Owen Hatherley has left no stone unturned in this marvellous book on Charlie Chaplin basing it on the rather novel angle of ‘Slapstick, Fordism and the Communist Avant Garde’.

For most authors, tackling one aspect of this subject would be a daunting task – Hatherley however, simply takes it in his stride. And to say he keeps his promises is an understatement – the opening lines present a rousing soliloquy from Charles Chaplin himself as he breaks character in The Great Dictator (1940):

“Dictators free themselves but they enslave the people! Now let us fight to fulfil that promise! Let us fight to free the world – to do away with national barriers – to do away with greed, with hate and intolerance.

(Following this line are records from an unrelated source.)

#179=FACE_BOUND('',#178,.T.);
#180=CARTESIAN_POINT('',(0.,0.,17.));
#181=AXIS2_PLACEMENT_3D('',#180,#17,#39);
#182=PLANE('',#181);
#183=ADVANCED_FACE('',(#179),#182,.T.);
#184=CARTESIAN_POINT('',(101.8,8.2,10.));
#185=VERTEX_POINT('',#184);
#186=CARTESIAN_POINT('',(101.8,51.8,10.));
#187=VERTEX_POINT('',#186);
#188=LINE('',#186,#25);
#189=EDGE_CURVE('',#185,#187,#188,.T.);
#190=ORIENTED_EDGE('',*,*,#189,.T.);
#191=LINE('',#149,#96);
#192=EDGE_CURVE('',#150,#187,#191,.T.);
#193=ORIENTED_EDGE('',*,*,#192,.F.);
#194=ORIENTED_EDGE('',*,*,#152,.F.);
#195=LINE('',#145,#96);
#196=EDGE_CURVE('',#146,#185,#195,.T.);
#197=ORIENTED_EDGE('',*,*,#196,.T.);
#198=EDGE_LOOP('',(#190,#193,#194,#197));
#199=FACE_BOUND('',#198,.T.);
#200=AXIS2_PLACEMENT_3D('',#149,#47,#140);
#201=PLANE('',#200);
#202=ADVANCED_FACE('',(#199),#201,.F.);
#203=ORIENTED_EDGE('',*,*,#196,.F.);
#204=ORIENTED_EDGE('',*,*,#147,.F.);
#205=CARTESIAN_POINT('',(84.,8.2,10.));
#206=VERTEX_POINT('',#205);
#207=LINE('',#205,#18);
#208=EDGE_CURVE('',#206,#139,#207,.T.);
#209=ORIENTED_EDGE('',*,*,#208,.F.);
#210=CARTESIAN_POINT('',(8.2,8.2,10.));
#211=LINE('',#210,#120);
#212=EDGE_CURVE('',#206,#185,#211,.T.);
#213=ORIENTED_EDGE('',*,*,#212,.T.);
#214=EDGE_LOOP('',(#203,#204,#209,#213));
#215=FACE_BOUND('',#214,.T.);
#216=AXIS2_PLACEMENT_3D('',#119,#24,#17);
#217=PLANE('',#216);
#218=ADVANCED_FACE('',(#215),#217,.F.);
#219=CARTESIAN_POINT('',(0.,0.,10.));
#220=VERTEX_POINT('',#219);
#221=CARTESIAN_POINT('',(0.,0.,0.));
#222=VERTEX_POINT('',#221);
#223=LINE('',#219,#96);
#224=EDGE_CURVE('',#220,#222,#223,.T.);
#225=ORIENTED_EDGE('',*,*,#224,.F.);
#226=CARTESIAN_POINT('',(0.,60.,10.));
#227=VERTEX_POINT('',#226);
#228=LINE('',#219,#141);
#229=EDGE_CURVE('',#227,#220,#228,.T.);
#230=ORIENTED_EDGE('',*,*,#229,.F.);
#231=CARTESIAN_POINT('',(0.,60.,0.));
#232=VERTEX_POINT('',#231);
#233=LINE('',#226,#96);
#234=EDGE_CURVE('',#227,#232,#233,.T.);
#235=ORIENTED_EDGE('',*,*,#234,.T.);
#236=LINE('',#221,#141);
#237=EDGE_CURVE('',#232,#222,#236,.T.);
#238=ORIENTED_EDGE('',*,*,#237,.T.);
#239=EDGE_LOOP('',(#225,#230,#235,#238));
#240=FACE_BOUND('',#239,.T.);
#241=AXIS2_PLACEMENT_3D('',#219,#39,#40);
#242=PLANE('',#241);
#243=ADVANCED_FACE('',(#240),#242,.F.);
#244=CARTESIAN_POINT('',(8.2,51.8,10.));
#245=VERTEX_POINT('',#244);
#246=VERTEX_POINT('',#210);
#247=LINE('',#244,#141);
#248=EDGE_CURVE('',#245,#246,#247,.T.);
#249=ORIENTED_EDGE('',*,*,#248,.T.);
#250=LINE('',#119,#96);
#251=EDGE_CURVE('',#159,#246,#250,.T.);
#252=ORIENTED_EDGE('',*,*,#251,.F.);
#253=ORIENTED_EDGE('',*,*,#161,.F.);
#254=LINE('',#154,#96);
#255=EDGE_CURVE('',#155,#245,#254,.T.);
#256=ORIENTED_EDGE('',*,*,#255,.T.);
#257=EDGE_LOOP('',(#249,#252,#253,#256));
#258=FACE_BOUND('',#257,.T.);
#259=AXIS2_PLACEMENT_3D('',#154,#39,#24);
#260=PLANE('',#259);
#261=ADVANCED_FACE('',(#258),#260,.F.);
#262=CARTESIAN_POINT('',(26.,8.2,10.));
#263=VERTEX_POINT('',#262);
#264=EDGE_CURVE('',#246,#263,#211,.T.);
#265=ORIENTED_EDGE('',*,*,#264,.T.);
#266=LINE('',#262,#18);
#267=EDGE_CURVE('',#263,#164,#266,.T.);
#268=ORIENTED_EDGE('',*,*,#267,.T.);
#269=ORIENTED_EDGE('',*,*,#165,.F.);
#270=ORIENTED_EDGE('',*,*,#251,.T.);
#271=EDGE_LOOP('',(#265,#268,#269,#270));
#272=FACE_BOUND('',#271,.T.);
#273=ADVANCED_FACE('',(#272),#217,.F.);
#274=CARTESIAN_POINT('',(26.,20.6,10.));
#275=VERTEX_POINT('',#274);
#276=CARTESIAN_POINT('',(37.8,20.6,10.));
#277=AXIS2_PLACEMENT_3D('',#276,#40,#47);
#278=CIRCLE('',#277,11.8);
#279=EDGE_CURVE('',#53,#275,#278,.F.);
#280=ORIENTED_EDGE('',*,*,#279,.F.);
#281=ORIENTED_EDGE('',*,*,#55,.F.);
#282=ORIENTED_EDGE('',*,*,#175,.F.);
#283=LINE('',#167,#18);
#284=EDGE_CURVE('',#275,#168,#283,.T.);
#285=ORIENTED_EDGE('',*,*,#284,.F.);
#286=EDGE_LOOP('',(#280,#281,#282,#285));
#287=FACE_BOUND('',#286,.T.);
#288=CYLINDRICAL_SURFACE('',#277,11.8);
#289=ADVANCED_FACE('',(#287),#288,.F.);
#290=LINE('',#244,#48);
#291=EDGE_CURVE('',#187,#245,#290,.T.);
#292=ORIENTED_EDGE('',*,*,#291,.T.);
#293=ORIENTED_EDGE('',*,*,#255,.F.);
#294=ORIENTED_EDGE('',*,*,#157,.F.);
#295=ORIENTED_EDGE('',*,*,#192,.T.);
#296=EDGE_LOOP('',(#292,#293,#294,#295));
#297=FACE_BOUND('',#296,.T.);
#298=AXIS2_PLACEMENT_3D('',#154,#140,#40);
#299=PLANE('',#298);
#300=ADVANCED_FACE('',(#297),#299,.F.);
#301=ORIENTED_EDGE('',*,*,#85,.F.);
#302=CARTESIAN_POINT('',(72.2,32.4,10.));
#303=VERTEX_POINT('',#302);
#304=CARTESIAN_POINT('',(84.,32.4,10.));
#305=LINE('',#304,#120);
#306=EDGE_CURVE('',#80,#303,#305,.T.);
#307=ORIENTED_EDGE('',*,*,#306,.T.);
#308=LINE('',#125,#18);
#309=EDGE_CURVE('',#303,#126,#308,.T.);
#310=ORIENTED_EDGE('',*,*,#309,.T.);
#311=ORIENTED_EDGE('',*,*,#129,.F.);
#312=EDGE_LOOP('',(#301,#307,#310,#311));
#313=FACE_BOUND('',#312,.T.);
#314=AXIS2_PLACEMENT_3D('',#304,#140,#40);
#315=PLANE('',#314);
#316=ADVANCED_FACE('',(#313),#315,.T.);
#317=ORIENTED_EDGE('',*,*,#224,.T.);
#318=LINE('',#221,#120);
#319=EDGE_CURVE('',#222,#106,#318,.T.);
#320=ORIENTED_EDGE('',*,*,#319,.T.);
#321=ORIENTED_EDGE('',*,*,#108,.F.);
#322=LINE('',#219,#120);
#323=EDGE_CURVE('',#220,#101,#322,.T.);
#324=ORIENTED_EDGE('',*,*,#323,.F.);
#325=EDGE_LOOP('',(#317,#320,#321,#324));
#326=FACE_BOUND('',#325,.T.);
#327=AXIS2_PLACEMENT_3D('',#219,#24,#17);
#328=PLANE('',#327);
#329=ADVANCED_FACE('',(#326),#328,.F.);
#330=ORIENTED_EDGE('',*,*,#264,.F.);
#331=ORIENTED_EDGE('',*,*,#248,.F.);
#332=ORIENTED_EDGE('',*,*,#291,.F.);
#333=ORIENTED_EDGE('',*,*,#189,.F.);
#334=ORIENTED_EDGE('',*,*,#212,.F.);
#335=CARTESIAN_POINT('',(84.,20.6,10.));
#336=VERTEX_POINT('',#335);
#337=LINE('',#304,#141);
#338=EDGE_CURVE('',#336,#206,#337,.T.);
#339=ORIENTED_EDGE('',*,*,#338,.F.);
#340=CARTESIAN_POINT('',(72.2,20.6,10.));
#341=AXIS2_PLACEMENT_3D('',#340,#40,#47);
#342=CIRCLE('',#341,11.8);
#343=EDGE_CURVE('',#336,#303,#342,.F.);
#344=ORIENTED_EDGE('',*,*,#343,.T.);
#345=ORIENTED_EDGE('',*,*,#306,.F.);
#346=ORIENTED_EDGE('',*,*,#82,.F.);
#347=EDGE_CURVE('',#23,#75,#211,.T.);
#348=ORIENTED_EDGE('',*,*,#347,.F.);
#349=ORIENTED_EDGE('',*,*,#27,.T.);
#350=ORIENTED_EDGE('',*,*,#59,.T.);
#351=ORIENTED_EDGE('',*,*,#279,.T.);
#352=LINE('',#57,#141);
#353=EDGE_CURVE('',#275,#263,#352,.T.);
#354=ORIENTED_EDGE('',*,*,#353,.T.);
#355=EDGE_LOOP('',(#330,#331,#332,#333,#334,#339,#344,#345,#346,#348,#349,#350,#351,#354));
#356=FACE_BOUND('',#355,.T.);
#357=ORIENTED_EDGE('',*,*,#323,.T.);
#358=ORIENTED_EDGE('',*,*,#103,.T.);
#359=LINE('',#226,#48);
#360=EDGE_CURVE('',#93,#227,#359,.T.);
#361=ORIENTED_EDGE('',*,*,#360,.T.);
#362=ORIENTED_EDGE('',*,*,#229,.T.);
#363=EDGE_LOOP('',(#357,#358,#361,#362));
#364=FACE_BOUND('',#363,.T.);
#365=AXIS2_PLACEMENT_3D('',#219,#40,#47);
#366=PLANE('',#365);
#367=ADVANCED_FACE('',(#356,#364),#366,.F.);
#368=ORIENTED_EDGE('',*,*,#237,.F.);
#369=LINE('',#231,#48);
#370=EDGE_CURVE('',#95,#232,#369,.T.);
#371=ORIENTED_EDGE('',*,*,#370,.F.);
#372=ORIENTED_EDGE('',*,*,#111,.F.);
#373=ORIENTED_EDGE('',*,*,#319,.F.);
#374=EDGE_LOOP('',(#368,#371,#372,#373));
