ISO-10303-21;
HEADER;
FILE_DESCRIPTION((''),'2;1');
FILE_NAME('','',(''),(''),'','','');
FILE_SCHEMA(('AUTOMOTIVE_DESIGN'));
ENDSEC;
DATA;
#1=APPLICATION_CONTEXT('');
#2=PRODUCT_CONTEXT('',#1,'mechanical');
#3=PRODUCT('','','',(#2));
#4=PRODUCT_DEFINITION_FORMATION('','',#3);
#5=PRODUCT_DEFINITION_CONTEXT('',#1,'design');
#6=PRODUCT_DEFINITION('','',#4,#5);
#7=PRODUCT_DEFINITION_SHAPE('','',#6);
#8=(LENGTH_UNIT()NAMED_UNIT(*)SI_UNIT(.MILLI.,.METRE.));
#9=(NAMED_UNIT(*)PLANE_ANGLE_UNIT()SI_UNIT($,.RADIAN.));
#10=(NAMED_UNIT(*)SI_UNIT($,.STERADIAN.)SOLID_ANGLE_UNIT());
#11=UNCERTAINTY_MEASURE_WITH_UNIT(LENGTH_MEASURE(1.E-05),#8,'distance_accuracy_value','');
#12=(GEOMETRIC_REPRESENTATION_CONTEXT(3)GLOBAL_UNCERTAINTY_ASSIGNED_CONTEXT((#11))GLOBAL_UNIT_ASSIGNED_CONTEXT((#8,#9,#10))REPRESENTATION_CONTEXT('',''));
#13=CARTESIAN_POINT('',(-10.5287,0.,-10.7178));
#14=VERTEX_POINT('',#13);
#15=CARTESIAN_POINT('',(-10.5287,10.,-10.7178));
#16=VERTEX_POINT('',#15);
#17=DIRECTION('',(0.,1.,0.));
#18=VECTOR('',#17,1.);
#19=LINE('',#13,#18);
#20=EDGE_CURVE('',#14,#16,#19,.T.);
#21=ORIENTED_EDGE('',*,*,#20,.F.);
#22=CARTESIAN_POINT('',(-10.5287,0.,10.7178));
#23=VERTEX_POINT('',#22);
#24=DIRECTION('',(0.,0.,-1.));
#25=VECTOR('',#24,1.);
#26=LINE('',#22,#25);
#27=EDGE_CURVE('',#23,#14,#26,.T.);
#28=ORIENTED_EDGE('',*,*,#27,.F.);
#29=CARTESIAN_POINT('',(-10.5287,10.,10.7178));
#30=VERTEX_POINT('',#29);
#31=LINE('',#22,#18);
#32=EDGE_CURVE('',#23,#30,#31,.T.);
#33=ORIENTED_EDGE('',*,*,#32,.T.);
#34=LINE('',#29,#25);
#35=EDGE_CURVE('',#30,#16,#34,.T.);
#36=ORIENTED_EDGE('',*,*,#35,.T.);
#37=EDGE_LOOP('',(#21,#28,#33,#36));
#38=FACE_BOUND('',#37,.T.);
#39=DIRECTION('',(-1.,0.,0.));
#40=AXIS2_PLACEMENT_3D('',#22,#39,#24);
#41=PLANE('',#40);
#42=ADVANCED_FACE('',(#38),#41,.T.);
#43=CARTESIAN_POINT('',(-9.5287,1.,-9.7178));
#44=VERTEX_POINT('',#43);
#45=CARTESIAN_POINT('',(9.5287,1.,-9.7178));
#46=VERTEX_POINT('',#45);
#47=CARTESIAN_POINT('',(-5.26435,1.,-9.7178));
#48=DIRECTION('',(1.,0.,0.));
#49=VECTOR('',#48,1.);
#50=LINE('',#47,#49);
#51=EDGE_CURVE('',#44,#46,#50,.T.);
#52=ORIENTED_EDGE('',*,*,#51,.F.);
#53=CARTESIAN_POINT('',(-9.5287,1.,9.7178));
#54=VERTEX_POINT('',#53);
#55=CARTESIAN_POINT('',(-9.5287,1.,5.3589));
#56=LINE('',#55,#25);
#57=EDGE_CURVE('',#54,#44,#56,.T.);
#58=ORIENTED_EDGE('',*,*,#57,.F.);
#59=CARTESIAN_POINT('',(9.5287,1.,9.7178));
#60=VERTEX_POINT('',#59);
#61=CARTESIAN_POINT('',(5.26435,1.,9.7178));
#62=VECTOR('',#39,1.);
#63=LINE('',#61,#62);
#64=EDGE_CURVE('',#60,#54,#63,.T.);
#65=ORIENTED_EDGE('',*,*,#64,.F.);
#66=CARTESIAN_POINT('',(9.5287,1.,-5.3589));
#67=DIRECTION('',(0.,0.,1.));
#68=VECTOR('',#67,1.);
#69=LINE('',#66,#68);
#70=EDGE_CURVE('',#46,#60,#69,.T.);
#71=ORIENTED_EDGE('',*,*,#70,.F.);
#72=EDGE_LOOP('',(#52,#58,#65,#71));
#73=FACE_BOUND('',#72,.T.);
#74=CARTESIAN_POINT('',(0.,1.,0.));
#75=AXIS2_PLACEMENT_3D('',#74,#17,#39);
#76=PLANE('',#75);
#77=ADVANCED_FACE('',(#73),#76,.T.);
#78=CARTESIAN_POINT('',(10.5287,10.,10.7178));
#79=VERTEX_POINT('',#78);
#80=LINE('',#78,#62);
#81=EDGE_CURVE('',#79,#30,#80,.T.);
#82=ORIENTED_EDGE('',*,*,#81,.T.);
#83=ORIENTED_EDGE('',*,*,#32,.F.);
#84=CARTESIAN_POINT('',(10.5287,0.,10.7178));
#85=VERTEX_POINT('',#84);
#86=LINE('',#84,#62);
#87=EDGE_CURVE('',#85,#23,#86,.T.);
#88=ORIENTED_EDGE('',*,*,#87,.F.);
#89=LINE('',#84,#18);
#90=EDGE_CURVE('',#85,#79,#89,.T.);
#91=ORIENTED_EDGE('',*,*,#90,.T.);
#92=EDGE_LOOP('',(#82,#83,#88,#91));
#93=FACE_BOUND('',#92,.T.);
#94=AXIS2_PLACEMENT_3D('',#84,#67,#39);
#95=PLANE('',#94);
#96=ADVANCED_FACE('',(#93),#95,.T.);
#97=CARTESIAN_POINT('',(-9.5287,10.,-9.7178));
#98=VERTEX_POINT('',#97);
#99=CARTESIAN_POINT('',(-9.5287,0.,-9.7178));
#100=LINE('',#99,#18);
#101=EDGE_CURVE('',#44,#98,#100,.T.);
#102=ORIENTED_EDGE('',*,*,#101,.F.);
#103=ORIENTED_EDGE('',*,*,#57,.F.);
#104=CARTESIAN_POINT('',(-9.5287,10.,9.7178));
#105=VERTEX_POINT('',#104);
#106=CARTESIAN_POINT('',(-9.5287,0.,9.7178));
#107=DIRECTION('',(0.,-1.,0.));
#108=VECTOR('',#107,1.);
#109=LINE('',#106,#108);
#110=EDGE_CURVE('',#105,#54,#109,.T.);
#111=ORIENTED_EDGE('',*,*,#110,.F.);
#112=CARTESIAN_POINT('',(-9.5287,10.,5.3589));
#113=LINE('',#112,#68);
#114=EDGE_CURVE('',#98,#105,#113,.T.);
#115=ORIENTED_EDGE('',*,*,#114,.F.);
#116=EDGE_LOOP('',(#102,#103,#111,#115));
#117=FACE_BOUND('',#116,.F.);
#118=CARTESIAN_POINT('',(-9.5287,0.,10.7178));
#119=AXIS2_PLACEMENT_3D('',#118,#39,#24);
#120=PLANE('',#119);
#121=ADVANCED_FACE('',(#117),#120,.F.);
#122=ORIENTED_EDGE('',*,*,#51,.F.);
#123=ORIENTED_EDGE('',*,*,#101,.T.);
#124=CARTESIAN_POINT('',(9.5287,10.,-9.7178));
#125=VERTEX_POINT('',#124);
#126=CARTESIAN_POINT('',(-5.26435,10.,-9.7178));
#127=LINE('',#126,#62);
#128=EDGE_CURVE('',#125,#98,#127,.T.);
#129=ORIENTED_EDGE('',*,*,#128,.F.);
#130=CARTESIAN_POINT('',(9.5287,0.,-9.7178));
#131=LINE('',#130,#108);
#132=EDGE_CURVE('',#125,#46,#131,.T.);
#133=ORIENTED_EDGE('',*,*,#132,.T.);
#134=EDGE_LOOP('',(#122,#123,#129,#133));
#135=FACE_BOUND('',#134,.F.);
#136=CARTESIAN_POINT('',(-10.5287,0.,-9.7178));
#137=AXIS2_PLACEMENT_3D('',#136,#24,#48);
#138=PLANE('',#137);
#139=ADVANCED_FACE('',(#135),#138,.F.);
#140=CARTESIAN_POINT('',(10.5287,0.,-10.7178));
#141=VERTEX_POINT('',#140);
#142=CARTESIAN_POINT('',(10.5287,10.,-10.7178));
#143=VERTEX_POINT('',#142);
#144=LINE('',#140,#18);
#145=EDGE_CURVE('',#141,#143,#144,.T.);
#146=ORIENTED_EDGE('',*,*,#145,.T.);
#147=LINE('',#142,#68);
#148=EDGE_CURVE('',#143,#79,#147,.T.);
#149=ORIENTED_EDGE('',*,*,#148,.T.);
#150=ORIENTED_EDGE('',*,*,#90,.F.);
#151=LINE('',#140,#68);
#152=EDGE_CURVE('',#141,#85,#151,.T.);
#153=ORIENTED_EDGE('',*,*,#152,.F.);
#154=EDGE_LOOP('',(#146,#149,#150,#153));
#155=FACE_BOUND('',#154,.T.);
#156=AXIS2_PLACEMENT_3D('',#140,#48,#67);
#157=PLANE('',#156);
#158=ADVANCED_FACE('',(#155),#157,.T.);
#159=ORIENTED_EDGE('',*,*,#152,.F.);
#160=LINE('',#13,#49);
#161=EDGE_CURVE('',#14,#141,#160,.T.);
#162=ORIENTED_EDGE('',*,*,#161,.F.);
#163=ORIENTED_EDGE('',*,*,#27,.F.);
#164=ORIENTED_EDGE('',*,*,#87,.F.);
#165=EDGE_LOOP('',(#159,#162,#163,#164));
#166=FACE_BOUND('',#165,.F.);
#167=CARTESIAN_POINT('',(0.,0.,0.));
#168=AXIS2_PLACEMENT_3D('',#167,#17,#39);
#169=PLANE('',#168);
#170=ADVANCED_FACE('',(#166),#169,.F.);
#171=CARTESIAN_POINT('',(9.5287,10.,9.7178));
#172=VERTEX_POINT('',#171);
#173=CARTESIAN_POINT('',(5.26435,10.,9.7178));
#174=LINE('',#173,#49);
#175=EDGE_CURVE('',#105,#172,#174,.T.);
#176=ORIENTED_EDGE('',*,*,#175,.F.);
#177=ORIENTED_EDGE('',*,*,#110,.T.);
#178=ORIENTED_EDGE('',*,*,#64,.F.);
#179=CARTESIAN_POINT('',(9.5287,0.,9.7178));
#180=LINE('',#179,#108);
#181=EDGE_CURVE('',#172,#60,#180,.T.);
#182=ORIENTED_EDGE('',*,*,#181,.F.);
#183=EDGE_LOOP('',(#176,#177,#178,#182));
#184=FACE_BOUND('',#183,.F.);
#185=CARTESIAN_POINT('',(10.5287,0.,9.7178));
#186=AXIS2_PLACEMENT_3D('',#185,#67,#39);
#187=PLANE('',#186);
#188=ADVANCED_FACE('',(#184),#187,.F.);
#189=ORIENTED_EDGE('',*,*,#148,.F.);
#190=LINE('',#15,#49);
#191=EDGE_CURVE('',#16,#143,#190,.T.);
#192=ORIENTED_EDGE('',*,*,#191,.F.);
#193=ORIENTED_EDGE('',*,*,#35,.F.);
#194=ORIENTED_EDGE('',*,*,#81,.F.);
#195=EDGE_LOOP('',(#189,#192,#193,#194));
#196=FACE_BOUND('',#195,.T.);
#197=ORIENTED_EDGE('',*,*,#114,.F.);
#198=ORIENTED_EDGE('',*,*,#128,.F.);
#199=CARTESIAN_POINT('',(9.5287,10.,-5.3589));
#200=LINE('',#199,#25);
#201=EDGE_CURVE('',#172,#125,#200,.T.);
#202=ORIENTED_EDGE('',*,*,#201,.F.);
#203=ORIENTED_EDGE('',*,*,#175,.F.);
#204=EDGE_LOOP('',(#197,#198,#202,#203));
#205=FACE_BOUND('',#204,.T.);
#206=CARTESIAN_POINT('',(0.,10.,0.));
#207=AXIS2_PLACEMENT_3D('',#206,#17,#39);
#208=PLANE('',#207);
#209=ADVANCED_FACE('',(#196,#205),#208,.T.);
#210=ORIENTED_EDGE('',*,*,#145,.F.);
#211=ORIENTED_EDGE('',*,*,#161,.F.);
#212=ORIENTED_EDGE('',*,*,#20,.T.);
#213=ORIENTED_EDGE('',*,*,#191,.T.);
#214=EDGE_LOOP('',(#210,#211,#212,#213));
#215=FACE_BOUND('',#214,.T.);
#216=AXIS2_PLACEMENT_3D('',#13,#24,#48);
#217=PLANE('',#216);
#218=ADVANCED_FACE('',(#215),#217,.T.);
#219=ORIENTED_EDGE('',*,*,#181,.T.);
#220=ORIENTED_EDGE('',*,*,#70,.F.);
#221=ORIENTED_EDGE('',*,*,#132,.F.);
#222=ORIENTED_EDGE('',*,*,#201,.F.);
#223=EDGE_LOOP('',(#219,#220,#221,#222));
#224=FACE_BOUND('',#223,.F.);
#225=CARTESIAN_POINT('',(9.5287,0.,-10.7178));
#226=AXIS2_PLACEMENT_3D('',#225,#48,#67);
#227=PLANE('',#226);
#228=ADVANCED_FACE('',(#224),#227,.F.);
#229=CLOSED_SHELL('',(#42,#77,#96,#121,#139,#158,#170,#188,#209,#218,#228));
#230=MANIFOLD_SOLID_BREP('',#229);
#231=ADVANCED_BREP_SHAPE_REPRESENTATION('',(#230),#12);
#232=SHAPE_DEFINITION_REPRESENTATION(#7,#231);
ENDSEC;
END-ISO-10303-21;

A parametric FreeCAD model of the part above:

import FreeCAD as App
import Part
import Sketcher
Q = App.Units.Quantity


def faces_at(feature, points):
    """Names of the faces that lie closest to the given points."""
    faces = feature.Shape.Faces
    near = lambda p: min(range(len(faces)), key=lambda i: faces[i].distToShape(Part.Vertex(*p))[0])
    return sorted({f"Face{near(p) + 1}" for p in points})

doc = App.newDocument("Part")
body = doc.addObject("PartDesign::Body", "Body")

# Sketch on XZ plane
sketch1 = body.newObject("Sketcher::SketchObject", "Sketch")
sketch1.AttachmentSupport = (doc.getObject("XZ_Plane"), [""])
sketch1.MapMode = "FlatFace"
sketch1.addGeometry(Part.LineSegment(App.Vector(11, -11, 0), App.Vector(-11, -11, 0)), False)
sketch1.addGeometry(Part.LineSegment(App.Vector(-11, -11, 0), App.Vector(-11, 11, 0)), False)
sketch1.addGeometry(Part.LineSegment(App.Vector(-11, 11, 0), App.Vector(11, 11, 0)), False)
sketch1.addGeometry(Part.LineSegment(App.Vector(11, 11, 0), App.Vector(11, -11, 0)), False)
sketch1.addConstraint(Sketcher.Constraint("Coincident", 0, 2, 1, 1))
sketch1.addConstraint(Sketcher.Constraint("Coincident", 1, 2, 2, 1))
sketch1.addConstraint(Sketcher.Constraint("Coincident", 2, 2, 3, 1))
sketch1.addConstraint(Sketcher.Constraint("Coincident", 3, 2, 0, 1))
sketch1.addConstraint(Sketcher.Constraint("Horizontal", 0))
sketch1.addConstraint(Sketcher.Constraint("Vertical", 1))
sketch1.addConstraint(Sketcher.Constraint("Horizontal", 2))
sketch1.addConstraint(Sketcher.Constraint("Vertical", 3))
sketch1.addConstraint(Sketcher.Constraint("Symmetric", 0, 2, 2, 2, -1, 1))
sketch1.addConstraint(Sketcher.Constraint("DistanceX", 0, 2, 0, 1, Q("21.0574 mm")))
sketch1.addConstraint(Sketcher.Constraint("DistanceY", 1, 1, 1, 2, Q("21.4356 mm")))
pad1 = body.newObject("PartDesign::Pad", "Pad")
pad1.Profile = sketch1
pad1.Length = 10
pad1.Reversed = True
doc.recompute()

thickness = body.newObject("PartDesign::Thickness", "Thickness")
thickness.Base = (pad1, faces_at(pad1, [(-3.51, 10, -3.573)]))
thickness.Value = 1
thickness.Reversed = True
thickness.Join = "Intersection"

doc.recompute()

Let us fight for a world of reason, a world where science and progress will lead to all men’s happiness. Soldiers, in the name of democracy, let us all unite!”

Hatherley leads with an in-depth study of Frederick Winslow Taylor, (an American industrial theorist and engineer), who recounts how he succeeded in persuading an ‘ox-life’ Dutch immigrant called Schmidt achieve a seemingly impossible output of work based on Taylor’s mathematical calculations. In these sums, Winslow estimated the ‘precise measurement and recording’ of Schmidt’s physical abilities in order to maximise the worker’s capabilities. Taylor constantly teases Schmidt by asking if he is a ‘high priced man’, thus leading the poor fellow to consider lifting 48 tons of pig iron per day for $1.85, an increase of merely 70c on the previous output of 30 tons. The goal as Winslow puts it, is to deflect Schmidt from considering the impossibility of the task and instead dangle a pay rise in front of him so it becomes all he sees. Hatherley posits the idea that there is something essentially masterful about effectively duping the hapless Schmidt into working harder for not much more money. He feels that were it not for the context, it would be almost as if Taylor has become a stage hypnotist with Schmidt as his gullible victim. Hatherley makes the statement that his book concerns those people who envisaged ‘turning industrial labour into a circus act’.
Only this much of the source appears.